▶ **Exercise directions**
In the material below, find the line with "f 330 329 111" and the line with "f 379 201 199", then output those two lines and every line between them, exactly.

▶ **Data extract**
········

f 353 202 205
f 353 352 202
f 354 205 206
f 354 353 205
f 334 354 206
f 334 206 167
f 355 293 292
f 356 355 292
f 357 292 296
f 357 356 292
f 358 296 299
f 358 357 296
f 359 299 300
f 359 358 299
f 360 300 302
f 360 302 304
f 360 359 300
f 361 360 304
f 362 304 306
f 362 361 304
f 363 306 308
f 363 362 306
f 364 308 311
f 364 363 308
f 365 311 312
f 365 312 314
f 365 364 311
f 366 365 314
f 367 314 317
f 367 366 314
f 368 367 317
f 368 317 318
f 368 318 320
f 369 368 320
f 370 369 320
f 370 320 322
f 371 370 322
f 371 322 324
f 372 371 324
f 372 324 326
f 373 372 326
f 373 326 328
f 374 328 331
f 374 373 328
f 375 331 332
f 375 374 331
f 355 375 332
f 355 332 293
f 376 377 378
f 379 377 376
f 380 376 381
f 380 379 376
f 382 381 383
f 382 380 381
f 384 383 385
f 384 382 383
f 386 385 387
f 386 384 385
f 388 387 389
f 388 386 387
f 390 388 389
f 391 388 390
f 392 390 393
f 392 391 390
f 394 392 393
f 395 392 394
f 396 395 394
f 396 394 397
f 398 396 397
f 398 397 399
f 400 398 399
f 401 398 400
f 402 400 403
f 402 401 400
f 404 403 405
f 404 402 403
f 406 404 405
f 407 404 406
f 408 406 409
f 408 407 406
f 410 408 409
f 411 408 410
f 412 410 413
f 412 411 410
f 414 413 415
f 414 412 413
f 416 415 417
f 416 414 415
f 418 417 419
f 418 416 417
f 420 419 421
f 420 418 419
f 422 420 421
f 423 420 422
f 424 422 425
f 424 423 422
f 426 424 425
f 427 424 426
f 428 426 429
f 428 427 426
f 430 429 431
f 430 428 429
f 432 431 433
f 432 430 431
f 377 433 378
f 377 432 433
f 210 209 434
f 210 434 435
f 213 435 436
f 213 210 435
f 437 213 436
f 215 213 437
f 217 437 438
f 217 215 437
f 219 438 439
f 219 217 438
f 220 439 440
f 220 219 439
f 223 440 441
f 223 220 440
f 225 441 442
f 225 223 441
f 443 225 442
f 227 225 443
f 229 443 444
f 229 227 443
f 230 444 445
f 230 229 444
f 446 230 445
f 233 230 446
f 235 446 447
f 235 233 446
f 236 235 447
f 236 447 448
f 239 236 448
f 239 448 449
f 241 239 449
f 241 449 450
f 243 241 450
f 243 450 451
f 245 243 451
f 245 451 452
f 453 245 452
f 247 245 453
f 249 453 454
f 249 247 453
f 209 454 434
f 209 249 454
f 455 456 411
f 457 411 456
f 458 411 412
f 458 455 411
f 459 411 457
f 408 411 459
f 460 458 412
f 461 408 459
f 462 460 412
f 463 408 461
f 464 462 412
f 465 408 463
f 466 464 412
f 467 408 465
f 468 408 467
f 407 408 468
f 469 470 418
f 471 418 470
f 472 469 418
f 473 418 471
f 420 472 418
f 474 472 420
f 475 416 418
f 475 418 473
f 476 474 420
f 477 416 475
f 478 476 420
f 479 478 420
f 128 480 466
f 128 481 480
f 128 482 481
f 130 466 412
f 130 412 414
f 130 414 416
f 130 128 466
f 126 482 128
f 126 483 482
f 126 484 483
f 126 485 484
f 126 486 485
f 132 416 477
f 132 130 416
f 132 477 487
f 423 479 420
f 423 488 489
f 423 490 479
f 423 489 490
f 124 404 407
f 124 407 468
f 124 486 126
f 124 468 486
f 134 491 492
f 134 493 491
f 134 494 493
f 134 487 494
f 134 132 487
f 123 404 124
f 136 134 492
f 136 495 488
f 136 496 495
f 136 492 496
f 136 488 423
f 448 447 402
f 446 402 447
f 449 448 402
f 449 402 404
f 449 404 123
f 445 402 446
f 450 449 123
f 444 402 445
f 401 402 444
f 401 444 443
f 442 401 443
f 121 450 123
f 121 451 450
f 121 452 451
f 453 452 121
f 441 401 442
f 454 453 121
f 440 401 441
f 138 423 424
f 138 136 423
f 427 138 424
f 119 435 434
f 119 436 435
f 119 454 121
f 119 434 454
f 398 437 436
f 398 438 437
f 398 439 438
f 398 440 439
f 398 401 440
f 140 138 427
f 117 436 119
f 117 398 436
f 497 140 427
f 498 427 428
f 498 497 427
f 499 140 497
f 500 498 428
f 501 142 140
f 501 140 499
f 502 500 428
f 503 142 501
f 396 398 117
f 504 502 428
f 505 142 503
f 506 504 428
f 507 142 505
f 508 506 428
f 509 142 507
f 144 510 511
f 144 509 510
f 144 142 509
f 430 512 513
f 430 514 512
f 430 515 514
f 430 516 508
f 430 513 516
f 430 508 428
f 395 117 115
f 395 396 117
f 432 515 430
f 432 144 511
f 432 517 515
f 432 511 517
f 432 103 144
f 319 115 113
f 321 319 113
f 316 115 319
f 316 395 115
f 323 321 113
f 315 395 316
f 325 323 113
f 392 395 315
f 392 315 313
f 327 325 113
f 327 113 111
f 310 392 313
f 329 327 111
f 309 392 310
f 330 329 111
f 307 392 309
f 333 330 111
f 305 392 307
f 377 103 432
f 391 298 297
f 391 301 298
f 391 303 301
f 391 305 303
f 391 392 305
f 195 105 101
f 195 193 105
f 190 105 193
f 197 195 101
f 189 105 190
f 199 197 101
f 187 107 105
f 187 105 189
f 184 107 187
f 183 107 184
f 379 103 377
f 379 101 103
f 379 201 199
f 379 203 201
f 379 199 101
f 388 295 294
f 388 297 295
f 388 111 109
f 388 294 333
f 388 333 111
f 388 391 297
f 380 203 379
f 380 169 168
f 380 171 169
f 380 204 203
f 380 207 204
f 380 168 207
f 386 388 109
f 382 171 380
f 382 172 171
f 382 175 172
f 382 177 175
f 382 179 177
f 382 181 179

········

▶ **The answer**
f 330 329 111
f 307 392 309
f 333 330 111
f 305 392 307
f 377 103 432
f 391 298 297
f 391 301 298
f 391 303 301
f 391 305 303
f 391 392 305
f 195 105 101
f 195 193 105
f 190 105 193
f 197 195 101
f 189 105 190
f 199 197 101
f 187 107 105
f 187 105 189
f 184 107 187
f 183 107 184
f 379 103 377
f 379 101 103
f 379 201 199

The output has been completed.